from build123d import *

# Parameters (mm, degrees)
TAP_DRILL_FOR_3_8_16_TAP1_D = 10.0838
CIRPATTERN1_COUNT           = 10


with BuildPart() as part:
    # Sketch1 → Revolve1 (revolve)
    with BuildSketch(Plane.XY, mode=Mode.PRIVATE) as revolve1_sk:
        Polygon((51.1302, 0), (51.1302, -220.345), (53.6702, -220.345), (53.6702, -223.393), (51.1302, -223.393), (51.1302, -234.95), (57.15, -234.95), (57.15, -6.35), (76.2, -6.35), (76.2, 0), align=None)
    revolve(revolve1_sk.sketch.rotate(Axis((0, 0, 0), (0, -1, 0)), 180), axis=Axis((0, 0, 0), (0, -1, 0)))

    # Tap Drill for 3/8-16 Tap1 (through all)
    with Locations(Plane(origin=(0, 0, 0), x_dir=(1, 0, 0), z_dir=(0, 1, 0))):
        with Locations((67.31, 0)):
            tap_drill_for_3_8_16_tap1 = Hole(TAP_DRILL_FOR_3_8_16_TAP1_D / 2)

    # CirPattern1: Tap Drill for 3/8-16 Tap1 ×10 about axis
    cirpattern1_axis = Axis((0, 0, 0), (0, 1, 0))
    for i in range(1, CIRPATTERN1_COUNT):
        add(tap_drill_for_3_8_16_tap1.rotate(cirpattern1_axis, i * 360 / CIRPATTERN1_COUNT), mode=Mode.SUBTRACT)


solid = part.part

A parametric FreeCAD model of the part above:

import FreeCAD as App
import Part
import Sketcher

V = App.Vector
Q = App.Units.Quantity

doc = App.newDocument("Part")
body = doc.addObject("PartDesign::Body", "Body")

# Sketch on XY plane
sketch1 = doc.addObject("Sketcher::SketchObject", "Sketch")
body.addObject(sketch1)
sketch1.AttachmentSupport = (doc.XY_Plane, [""])
sketch1.MapMode = "FlatFace"
sketch1.addGeometry(Part.LineSegment(V(51.1, 0, 0), V(51.1, -220.3, 0)), False)
sketch1.addGeometry(Part.LineSegment(V(51.1, -220.3, 0), V(53.7, -220.3, 0)), False)
sketch1.addGeometry(Part.LineSegment(V(53.7, -220.3, 0), V(53.7, -223.4, 0)), False)
sketch1.addGeometry(Part.LineSegment(V(53.7, -223.4, 0), V(51.1, -223.4, 0)), False)
sketch1.addGeometry(Part.LineSegment(V(51.1, -223.4, 0), V(51.1, -234.9, 0)), False)
sketch1.addGeometry(Part.LineSegment(V(51.1, -234.9, 0), V(57.1, -234.9, 0)), False)
sketch1.addGeometry(Part.LineSegment(V(57.1, -234.9, 0), V(57.1, -6.3, 0)), False)
sketch1.addGeometry(Part.LineSegment(V(57.1, -6.3, 0), V(76.2, -6.3, 0)), False)
sketch1.addGeometry(Part.LineSegment(V(76.2, -6.3, 0), V(76.2, 0, 0)), False)
sketch1.addGeometry(Part.LineSegment(V(76.2, 0, 0), V(51.1, 0, 0)), False)
sketch1.addConstraint(Sketcher.Constraint("Coincident", 0, 2, 1, 1))
sketch1.addConstraint(Sketcher.Constraint("Coincident", 1, 2, 2, 1))
sketch1.addConstraint(Sketcher.Constraint("Coincident", 2, 2, 3, 1))
sketch1.addConstraint(Sketcher.Constraint("Coincident", 3, 2, 4, 1))
sketch1.addConstraint(Sketcher.Constraint("Coincident", 4, 2, 5, 1))
sketch1.addConstraint(Sketcher.Constraint("Coincident", 5, 2, 6, 1))
sketch1.addConstraint(Sketcher.Constraint("Coincident", 6, 2, 7, 1))
sketch1.addConstraint(Sketcher.Constraint("Coincident", 7, 2, 8, 1))
sketch1.addConstraint(Sketcher.Constraint("Coincident", 8, 2, 9, 1))
sketch1.addConstraint(Sketcher.Constraint("Coincident", 9, 2, 0, 1))
sketch1.addConstraint(Sketcher.Constraint("Vertical", 0))
sketch1.addConstraint(Sketcher.Constraint("Horizontal", 1))
sketch1.addConstraint(Sketcher.Constraint("Vertical", 2))
sketch1.addConstraint(Sketcher.Constraint("Horizontal", 3))
sketch1.addConstraint(Sketcher.Constraint("Vertical", 4))
sketch1.addConstraint(Sketcher.Constraint("Horizontal", 5))
sketch1.addConstraint(Sketcher.Constraint("Vertical", 6))
sketch1.addConstraint(Sketcher.Constraint("Horizontal", 7))
sketch1.addConstraint(Sketcher.Constraint("Vertical", 8))
sketch1.addConstraint(Sketcher.Constraint("Horizontal", 9))
sketch1.addConstraint(Sketcher.Constraint("PointOnObject", 8, 2, -1))
sketch1.addConstraint(Sketcher.Constraint("Vertical", 0, 2, 3, 2))
sketch1.addConstraint(Sketcher.Constraint("DistanceY", 6, 1, 6, 2, Q("9 in")))
sketch1.addConstraint(Sketcher.Constraint("DistanceX", 1, 1, 1, 2, Q("0.1 in")))
sketch1.addConstraint(Sketcher.Constraint("DistanceX", -1, 1, 7, 2, Q("3 in")))
sketch1.addConstraint(Sketcher.Constraint("DistanceX", 7, 1, 7, 2, Q("0.75 in")))
sketch1.addConstraint(Sketcher.Constraint("DistanceY", 2, 2, 2, 1, Q("0.12 in")))
sketch1.addConstraint(Sketcher.Constraint("DistanceY", 8, 1, 8, 2, Q("0.25 in")))
sketch1.addConstraint(Sketcher.Constraint("DistanceX", 5, 1, 5, 2, Q("0.237 in")))
sketch1.addConstraint(Sketcher.Constraint("DistanceY", 0, 2, 0, 1, Q("8.675 in")))
revolution = doc.addObject("PartDesign::Revolution", "Revolution")
body.addObject(revolution)
revolution.Profile = sketch1
revolution.ReferenceAxis = (sketch1, ["V_Axis"])
revolution.Angle = 360

# Sketch on XZ plane
sketch2 = doc.addObject("Sketcher::SketchObject", "Sketch001")
body.addObject(sketch2)
sketch2.AttachmentSupport = (doc.XZ_Plane, [""])
sketch2.MapMode = "FlatFace"
sketch2.addGeometry(Part.Circle(V(67, 0, 0), V(0, 0, 1), 5), False)
sketch2.addConstraint(Sketcher.Constraint("PointOnObject", 0, 3, -1))
sketch2.addConstraint(Sketcher.Constraint("Diameter", 0, Q("0.397 in")))
sketch2.addConstraint(Sketcher.Constraint("DistanceX", -1, 1, 0, 3, Q("2.65 in")))
doc.recompute()
hole = doc.addObject("PartDesign::Hole", "Hole")
body.addObject(hole)
hole.Profile = sketch2
hole.ThreadType = "None"
hole.Diameter = Q("0.397 in")
hole.DepthType = "ThroughAll"
hole.Reversed = True
doc.recompute()

polarpattern = doc.addObject("PartDesign::PolarPattern", "PolarPattern")
body.addObject(polarpattern)
polarpattern.Originals = [hole]
polarpattern.Axis = (doc.Y_Axis, [""])
polarpattern.Angle = 360
polarpattern.Occurrences = 10
body.Tip = polarpattern

doc.recompute()
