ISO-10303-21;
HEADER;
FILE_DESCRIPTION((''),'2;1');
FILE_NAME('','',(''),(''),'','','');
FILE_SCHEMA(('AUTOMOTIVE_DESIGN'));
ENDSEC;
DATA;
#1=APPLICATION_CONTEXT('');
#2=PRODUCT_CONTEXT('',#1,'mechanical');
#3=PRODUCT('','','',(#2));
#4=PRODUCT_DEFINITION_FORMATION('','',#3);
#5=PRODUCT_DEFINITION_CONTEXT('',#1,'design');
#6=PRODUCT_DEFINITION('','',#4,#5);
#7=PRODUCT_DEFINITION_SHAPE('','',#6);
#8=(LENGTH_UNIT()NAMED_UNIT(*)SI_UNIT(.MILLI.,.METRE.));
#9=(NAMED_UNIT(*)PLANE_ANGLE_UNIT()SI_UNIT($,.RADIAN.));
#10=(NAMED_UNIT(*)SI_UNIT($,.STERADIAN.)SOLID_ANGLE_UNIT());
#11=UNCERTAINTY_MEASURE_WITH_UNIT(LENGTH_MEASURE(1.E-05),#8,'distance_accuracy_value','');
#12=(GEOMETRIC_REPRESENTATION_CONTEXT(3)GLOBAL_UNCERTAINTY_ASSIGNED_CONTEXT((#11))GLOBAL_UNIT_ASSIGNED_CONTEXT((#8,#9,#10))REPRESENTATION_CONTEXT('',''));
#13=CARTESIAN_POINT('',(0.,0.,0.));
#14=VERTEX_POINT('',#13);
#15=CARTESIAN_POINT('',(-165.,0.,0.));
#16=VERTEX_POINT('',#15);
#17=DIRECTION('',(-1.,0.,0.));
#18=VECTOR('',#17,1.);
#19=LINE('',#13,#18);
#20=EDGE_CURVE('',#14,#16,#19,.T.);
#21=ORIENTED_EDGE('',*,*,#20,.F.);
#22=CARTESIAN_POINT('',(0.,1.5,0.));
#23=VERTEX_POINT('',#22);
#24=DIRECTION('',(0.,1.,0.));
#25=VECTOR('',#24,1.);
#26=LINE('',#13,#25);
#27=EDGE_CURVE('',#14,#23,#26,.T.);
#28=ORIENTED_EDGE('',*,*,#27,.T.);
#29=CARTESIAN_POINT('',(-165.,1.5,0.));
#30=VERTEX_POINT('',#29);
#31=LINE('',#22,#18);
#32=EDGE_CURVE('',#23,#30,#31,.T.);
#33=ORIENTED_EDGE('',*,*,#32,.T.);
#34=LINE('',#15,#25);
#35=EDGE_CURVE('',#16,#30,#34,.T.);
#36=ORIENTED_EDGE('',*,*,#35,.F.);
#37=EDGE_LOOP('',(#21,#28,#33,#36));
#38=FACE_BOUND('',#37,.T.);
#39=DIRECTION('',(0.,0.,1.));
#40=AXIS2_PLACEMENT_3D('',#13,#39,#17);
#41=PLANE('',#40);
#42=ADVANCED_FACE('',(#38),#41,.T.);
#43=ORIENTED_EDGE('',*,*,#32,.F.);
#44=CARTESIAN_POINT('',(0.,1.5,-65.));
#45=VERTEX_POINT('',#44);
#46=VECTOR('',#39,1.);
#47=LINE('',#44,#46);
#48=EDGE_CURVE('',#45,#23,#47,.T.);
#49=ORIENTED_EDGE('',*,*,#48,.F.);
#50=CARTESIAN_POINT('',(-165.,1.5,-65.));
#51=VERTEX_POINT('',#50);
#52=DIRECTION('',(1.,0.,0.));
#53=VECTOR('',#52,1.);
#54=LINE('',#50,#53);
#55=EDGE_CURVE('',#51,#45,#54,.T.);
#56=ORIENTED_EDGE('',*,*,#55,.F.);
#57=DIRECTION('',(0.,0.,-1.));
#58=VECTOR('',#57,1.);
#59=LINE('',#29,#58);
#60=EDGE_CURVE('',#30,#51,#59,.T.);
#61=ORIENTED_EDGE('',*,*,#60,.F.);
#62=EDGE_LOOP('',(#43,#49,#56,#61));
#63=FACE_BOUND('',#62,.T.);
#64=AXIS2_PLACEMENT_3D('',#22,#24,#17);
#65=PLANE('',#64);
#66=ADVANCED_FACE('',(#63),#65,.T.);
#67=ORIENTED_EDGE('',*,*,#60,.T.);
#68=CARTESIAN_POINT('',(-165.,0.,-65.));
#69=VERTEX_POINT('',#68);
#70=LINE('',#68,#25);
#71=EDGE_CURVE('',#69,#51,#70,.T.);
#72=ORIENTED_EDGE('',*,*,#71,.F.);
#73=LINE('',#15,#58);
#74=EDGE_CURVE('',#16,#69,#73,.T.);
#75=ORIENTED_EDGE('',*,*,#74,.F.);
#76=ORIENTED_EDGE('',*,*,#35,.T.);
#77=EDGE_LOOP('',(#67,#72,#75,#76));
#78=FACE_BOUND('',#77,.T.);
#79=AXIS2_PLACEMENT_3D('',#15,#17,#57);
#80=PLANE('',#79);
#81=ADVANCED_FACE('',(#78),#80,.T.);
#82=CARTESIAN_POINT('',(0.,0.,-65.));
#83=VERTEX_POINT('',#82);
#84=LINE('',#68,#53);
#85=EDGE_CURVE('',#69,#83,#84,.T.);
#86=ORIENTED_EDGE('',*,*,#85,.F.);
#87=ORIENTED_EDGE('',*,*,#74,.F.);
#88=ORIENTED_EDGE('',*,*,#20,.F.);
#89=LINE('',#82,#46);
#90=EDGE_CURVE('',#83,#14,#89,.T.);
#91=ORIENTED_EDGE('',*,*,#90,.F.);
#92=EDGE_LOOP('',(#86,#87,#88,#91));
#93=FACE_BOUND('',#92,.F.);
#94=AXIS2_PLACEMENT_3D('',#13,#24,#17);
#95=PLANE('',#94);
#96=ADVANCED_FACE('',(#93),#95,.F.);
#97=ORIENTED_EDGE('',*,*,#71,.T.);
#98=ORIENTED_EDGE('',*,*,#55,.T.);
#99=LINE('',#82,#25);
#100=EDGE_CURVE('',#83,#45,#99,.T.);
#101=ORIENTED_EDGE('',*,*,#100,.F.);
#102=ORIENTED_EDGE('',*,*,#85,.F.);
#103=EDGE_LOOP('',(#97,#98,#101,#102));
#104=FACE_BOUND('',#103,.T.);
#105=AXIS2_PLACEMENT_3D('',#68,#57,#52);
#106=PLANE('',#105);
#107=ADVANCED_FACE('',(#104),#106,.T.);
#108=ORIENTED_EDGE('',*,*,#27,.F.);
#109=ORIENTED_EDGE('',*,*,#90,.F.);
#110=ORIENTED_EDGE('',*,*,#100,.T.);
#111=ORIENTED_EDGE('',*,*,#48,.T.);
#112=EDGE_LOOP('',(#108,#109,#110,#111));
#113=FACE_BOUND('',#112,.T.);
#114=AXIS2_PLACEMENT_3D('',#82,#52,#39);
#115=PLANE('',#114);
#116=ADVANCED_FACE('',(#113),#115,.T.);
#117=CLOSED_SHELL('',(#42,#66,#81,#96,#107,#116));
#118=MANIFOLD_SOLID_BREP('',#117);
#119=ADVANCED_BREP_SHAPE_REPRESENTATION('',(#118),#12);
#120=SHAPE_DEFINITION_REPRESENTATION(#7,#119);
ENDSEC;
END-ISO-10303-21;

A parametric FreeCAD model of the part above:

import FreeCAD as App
import Part
import Sketcher
from FreeCAD import Vector


def add_polygon(sketch, points):
    """Adds a closed chain of lines whose ends are joined by coincident constraints."""
    first, n = sketch.GeometryCount, len(points)
    for a, b in zip(points, points[1:] + points[:1]):
        sketch.addGeometry(Part.LineSegment(App.Vector(*a, 0), App.Vector(*b, 0)), False)
    for i in range(n):
        sketch.addConstraint(Sketcher.Constraint("Coincident", first + i, 2, first + (i + 1) % n, 1))

doc = App.newDocument("Part")
body = doc.addObject("PartDesign::Body", "Body")

# Sketch on XZ plane
sketch1 = body.newObject("Sketcher::SketchObject", "Sketch")
sketch1.AttachmentSupport = (doc.getObject("XZ_Plane"), [""])
sketch1.MapMode = "FlatFace"
add_polygon(sketch1, [(-165, 0), (0, 0), (0, -65), (-165, -65)])  # lines 0-3
sketch1.addConstraint([
    Sketcher.Constraint("Horizontal", 0),
    Sketcher.Constraint("Vertical", 1),
    Sketcher.Constraint("Horizontal", 2),
    Sketcher.Constraint("Vertical", 3),
    Sketcher.Constraint("Coincident", 0, 2, -1, 1),
    Sketcher.Constraint("DistanceX", 0, 1, 0, 2, 165.0),
    Sketcher.Constraint("DistanceY", 1, 2, 1, 1, 65.0),
])
pad1 = body.newObject("PartDesign::Pad", "Pad")
pad1.Profile = sketch1
pad1.Length = 1.5
pad1.Reversed = True

doc.recompute()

--------------------------------------------------

• _What the exercise asks_
Give back the records above exactly, limited to the lines between the one holding "#23=VERTEX_POINT('',#22);" and the one holding "#73=LINE('',#15,#58);", inclusive.

• _Result of this exercise_
#23=VERTEX_POINT('',#22);
#24=DIRECTION('',(0.,1.,0.));
#25=VECTOR('',#24,1.);
#26=LINE('',#13,#25);
#27=EDGE_CURVE('',#14,#23,#26,.T.);
#28=ORIENTED_EDGE('',*,*,#27,.T.);
#29=CARTESIAN_POINT('',(-165.,1.5,0.));
#30=VERTEX_POINT('',#29);
#31=LINE('',#22,#18);
#32=EDGE_CURVE('',#23,#30,#31,.T.);
#33=ORIENTED_EDGE('',*,*,#32,.T.);
#34=LINE('',#15,#25);
#35=EDGE_CURVE('',#16,#30,#34,.T.);
#36=ORIENTED_EDGE('',*,*,#35,.F.);
#37=EDGE_LOOP('',(#21,#28,#33,#36));
#38=FACE_BOUND('',#37,.T.);
#39=DIRECTION('',(0.,0.,1.));
#40=AXIS2_PLACEMENT_3D('',#13,#39,#17);
#41=PLANE('',#40);
#42=ADVANCED_FACE('',(#38),#41,.T.);
#43=ORIENTED_EDGE('',*,*,#32,.F.);
#44=CARTESIAN_POINT('',(0.,1.5,-65.));
#45=VERTEX_POINT('',#44);
#46=VECTOR('',#39,1.);
#47=LINE('',#44,#46);
#48=EDGE_CURVE('',#45,#23,#47,.T.);
#49=ORIENTED_EDGE('',*,*,#48,.F.);
#50=CARTESIAN_POINT('',(-165.,1.5,-65.));
#51=VERTEX_POINT('',#50);
#52=DIRECTION('',(1.,0.,0.));
#53=VECTOR('',#52,1.);
#54=LINE('',#50,#53);
#55=EDGE_CURVE('',#51,#45,#54,.T.);
#56=ORIENTED_EDGE('',*,*,#55,.F.);
#57=DIRECTION('',(0.,0.,-1.));
#58=VECTOR('',#57,1.);
#59=LINE('',#29,#58);
#60=EDGE_CURVE('',#30,#51,#59,.T.);
#61=ORIENTED_EDGE('',*,*,#60,.F.);
#62=EDGE_LOOP('',(#43,#49,#56,#61));
#63=FACE_BOUND('',#62,.T.);
#64=AXIS2_PLACEMENT_3D('',#22,#24,#17);
#65=PLANE('',#64);
#66=ADVANCED_FACE('',(#63),#65,.T.);
#67=ORIENTED_EDGE('',*,*,#60,.T.);
#68=CARTESIAN_POINT('',(-165.,0.,-65.));
#69=VERTEX_POINT('',#68);
#70=LINE('',#68,#25);
#71=EDGE_CURVE('',#69,#51,#70,.T.);
#72=ORIENTED_EDGE('',*,*,#71,.F.);
#73=LINE('',#15,#58);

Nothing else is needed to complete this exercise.